Problem details: Output only the lines below from the one containing "#71=CARTESIAN_POINT('',(0.,10.,0.));" to the one containing "#79=VERTEX_POINT('',#78);", exactly as written, both ends kept.

[Collected data]
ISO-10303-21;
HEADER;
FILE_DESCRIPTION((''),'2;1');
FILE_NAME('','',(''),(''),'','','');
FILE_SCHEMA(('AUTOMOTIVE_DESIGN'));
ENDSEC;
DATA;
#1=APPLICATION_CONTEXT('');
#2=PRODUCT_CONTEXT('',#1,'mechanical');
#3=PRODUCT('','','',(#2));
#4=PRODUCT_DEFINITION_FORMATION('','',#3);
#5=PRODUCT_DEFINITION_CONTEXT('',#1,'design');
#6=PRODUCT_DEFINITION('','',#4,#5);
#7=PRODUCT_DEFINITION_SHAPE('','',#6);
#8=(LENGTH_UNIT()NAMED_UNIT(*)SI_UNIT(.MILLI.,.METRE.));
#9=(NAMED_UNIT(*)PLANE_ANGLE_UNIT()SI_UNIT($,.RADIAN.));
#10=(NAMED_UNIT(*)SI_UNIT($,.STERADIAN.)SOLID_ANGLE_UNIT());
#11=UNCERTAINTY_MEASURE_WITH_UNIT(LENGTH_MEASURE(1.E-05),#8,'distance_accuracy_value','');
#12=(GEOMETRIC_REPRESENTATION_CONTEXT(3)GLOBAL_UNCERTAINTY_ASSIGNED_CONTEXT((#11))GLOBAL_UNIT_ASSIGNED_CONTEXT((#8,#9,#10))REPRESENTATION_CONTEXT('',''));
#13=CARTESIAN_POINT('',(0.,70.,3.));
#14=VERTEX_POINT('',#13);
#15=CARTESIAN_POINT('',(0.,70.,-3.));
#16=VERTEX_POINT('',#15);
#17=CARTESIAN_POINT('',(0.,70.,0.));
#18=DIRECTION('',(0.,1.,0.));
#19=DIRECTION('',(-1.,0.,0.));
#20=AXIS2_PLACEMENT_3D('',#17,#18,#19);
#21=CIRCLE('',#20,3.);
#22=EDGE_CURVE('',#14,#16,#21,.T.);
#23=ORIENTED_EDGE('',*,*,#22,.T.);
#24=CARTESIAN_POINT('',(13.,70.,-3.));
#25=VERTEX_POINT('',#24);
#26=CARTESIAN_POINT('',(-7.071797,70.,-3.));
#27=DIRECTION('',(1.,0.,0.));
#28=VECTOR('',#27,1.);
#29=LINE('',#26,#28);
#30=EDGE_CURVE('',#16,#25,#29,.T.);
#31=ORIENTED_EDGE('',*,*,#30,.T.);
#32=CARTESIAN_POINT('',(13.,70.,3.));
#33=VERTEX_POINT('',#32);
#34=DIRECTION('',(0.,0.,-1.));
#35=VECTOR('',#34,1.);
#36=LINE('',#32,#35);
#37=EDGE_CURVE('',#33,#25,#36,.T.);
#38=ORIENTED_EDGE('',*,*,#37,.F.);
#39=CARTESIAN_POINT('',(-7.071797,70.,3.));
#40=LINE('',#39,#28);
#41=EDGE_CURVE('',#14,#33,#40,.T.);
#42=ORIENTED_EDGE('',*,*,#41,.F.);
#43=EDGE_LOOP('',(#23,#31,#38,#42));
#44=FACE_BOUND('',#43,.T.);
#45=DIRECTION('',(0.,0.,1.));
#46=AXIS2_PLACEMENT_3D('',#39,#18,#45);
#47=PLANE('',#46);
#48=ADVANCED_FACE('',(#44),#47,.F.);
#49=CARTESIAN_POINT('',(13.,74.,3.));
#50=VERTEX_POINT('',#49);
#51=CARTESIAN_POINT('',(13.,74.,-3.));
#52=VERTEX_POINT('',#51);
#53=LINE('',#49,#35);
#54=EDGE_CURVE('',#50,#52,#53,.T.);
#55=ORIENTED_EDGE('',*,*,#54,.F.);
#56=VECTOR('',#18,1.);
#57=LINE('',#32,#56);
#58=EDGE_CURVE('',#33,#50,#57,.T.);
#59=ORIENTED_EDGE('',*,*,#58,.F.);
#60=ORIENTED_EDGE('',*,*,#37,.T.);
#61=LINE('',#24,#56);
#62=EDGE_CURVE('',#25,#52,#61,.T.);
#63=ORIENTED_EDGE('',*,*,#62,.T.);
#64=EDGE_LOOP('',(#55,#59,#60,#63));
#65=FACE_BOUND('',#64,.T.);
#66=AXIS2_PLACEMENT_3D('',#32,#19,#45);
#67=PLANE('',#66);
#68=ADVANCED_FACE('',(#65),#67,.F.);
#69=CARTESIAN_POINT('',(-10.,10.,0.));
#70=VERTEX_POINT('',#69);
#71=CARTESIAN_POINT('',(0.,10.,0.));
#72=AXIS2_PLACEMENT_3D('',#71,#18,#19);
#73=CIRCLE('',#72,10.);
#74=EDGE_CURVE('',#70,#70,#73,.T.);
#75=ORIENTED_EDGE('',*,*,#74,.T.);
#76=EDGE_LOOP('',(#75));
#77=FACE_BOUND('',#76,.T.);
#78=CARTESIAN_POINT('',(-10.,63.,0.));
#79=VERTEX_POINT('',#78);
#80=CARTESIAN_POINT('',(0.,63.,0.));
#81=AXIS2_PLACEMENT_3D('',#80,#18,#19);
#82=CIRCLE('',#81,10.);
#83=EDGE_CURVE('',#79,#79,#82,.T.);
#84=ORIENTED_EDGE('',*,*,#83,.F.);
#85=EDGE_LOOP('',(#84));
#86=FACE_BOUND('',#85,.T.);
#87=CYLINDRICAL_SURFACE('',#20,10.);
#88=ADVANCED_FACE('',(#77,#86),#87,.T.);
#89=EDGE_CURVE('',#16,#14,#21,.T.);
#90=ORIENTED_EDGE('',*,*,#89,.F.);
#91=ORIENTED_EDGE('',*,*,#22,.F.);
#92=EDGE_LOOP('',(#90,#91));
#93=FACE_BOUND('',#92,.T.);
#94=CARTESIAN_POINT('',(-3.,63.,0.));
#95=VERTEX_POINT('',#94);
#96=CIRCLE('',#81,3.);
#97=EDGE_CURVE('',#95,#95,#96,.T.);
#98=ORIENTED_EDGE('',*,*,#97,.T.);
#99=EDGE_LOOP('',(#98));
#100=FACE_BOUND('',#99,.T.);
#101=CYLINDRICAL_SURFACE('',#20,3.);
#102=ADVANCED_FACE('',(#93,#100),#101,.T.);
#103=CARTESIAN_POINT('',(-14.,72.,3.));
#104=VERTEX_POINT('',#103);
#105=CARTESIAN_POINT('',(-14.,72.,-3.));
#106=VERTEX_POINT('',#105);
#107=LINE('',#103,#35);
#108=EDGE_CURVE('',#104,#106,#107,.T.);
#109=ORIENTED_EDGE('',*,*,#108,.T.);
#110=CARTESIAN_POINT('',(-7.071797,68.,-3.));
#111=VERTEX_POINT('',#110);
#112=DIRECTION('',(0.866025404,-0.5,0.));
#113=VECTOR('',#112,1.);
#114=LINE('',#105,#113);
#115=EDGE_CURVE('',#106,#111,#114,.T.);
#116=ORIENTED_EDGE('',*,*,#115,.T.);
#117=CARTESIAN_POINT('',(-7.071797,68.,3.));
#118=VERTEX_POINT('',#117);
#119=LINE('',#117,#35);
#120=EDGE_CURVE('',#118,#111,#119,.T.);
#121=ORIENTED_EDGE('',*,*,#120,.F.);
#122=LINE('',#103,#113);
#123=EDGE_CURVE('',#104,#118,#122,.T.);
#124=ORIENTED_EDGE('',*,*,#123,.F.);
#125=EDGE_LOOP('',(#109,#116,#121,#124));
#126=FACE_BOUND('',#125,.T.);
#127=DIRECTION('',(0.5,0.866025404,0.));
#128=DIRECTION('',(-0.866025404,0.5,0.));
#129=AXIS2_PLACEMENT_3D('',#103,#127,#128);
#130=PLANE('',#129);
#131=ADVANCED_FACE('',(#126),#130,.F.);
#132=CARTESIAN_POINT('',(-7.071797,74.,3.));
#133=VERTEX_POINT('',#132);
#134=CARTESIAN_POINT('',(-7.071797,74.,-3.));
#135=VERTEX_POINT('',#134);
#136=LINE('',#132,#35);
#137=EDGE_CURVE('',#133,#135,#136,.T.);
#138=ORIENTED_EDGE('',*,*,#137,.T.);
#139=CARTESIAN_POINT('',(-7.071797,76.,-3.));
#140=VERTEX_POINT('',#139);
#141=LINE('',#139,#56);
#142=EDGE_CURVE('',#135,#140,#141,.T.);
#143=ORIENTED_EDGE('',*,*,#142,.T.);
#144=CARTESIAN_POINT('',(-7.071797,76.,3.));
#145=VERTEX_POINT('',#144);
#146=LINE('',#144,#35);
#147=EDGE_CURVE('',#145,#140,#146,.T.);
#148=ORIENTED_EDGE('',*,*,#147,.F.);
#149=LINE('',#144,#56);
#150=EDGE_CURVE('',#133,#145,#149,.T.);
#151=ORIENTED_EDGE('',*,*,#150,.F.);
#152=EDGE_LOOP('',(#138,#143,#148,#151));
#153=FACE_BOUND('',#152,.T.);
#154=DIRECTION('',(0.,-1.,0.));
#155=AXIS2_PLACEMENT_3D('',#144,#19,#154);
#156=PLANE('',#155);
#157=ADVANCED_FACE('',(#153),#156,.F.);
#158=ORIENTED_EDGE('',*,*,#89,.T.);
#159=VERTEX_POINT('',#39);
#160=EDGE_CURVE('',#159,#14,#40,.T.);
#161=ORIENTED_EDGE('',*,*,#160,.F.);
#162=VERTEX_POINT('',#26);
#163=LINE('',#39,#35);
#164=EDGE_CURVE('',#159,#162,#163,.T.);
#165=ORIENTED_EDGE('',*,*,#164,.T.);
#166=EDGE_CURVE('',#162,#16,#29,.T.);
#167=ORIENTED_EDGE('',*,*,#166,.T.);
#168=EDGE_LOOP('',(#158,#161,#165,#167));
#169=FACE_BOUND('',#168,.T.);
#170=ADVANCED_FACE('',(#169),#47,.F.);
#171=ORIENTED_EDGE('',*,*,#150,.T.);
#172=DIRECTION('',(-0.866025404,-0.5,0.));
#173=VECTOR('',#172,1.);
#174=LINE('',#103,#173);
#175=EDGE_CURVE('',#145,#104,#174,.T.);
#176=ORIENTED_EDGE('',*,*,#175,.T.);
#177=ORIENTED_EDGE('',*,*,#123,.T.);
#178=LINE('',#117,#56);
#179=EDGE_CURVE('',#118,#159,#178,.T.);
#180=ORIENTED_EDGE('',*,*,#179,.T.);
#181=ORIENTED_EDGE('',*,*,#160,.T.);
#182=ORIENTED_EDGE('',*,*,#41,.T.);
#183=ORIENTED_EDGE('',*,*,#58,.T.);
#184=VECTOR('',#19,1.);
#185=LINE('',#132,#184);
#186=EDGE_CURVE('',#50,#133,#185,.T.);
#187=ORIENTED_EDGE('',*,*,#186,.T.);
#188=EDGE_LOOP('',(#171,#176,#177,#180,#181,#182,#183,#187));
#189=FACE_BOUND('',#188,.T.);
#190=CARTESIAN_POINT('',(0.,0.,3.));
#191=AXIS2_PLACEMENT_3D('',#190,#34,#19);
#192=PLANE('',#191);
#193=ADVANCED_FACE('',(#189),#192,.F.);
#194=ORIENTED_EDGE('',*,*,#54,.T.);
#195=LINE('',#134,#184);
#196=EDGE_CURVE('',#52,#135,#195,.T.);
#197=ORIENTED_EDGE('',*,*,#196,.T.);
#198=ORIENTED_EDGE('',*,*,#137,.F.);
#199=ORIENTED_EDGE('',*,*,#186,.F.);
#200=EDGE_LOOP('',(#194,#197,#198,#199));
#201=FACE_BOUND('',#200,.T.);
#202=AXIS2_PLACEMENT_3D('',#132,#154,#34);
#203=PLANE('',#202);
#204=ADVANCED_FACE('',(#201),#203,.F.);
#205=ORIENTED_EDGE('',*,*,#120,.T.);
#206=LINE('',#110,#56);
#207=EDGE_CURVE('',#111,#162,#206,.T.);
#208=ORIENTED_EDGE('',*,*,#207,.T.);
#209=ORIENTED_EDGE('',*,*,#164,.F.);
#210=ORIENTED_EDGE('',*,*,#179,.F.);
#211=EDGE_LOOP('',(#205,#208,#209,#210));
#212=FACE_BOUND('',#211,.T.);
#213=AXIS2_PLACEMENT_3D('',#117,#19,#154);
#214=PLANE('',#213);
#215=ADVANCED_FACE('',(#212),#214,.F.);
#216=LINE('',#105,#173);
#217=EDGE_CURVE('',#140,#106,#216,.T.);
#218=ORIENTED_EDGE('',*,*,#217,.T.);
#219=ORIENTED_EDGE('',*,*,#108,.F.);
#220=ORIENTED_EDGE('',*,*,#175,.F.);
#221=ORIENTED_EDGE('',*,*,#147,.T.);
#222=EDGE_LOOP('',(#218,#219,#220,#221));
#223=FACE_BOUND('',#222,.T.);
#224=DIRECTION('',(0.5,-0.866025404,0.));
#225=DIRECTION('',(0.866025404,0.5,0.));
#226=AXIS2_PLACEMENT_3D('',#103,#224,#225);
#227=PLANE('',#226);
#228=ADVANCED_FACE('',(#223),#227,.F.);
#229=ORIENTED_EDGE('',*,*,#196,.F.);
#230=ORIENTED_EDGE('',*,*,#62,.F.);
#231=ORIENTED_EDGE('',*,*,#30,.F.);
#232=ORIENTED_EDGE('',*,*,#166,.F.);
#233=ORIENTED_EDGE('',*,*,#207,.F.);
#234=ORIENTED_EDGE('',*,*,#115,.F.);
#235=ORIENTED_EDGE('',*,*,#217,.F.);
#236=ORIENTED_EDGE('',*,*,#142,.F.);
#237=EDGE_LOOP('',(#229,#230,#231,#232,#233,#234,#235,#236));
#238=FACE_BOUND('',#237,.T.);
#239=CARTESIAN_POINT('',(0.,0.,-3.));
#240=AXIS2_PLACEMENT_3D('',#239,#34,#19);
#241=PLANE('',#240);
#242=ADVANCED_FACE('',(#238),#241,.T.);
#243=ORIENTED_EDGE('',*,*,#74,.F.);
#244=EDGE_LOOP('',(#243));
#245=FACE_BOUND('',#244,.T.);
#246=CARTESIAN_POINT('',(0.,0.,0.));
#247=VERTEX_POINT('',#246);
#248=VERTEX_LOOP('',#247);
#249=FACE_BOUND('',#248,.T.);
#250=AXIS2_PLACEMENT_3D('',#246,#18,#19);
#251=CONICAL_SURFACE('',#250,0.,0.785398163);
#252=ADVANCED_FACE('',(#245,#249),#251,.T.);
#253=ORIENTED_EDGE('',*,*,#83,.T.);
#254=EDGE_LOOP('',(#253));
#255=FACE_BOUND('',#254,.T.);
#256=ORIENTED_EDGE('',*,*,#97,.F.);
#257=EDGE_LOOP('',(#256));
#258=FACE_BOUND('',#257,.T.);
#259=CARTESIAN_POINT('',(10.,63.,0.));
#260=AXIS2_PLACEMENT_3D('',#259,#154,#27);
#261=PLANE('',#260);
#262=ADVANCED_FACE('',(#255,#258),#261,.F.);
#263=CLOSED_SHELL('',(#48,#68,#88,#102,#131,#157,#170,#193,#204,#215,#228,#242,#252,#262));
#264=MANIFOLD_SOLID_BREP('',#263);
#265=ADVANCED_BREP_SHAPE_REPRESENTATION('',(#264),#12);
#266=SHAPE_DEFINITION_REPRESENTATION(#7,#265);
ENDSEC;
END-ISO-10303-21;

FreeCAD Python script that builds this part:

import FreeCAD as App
import Part
import Sketcher
Q = App.Units.Quantity

doc = App.newDocument("Part")
params = doc.addObject("Spreadsheet::Sheet", "Params")
for row, (alias, value) in enumerate([
    ("sketch1_width", "7 mm"),
    ("sketch1_width2", "3 mm"),
    ("sketch1_height", "70 mm"),
    ("sketch1_height2", "53 mm"),
    ("revolution_angle", "360 deg"),
    ("sketch2_height", "2 mm"),
    ("sketch2_height2", "4 mm"),
    ("pad1_length", "6 mm"),
], start=1):
    params.set(f"A{row}", alias)
    params.set(f"B{row}", "=" + value)
    params.setAlias(f"B{row}", alias)

body = doc.addObject("PartDesign::Body", "Body")

# Sketch on XY plane
sketch1 = body.newObject("Sketcher::SketchObject", "Sketch")
sketch1.AttachmentSupport = (doc.getObject("XY_Plane"), [""])
sketch1.MapMode = "FlatFace"
sketch1.addGeometry([
    Part.LineSegment(App.Vector(0, 70, 0), App.Vector(0, 0, 0)),  # 0
    Part.LineSegment(App.Vector(0, 0, 0), App.Vector(10, 10, 0)),  # 1
    Part.LineSegment(App.Vector(10, 10, 0), App.Vector(10, 63, 0)),  # 2
    Part.LineSegment(App.Vector(10, 63, 0), App.Vector(3, 63, 0)),  # 3
    Part.LineSegment(App.Vector(3, 63, 0), App.Vector(3, 70, 0)),  # 4
    Part.LineSegment(App.Vector(3, 70, 0), App.Vector(0, 70, 0)),  # 5
], False)
sketch1.addConstraint([
    Sketcher.Constraint("Coincident", 0, 2, 1, 1),
    Sketcher.Constraint("Coincident", 1, 2, 2, 1),
    Sketcher.Constraint("Coincident", 2, 2, 3, 1),
    Sketcher.Constraint("Coincident", 3, 2, 4, 1),
    Sketcher.Constraint("Coincident", 4, 2, 5, 1),
    Sketcher.Constraint("Coincident", 5, 2, 0, 1),
    Sketcher.Constraint("Vertical", 0),
    Sketcher.Constraint("Vertical", 2),
    Sketcher.Constraint("Horizontal", 3),
    Sketcher.Constraint("Vertical", 4),
    Sketcher.Constraint("Horizontal", 5),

Exercise output:
#71=CARTESIAN_POINT('',(0.,10.,0.));
#72=AXIS2_PLACEMENT_3D('',#71,#18,#19);
#73=CIRCLE('',#72,10.);
#74=EDGE_CURVE('',#70,#70,#73,.T.);
#75=ORIENTED_EDGE('',*,*,#74,.T.);
#76=EDGE_LOOP('',(#75));
#77=FACE_BOUND('',#76,.T.);
#78=CARTESIAN_POINT('',(-10.,63.,0.));
#79=VERTEX_POINT('',#78);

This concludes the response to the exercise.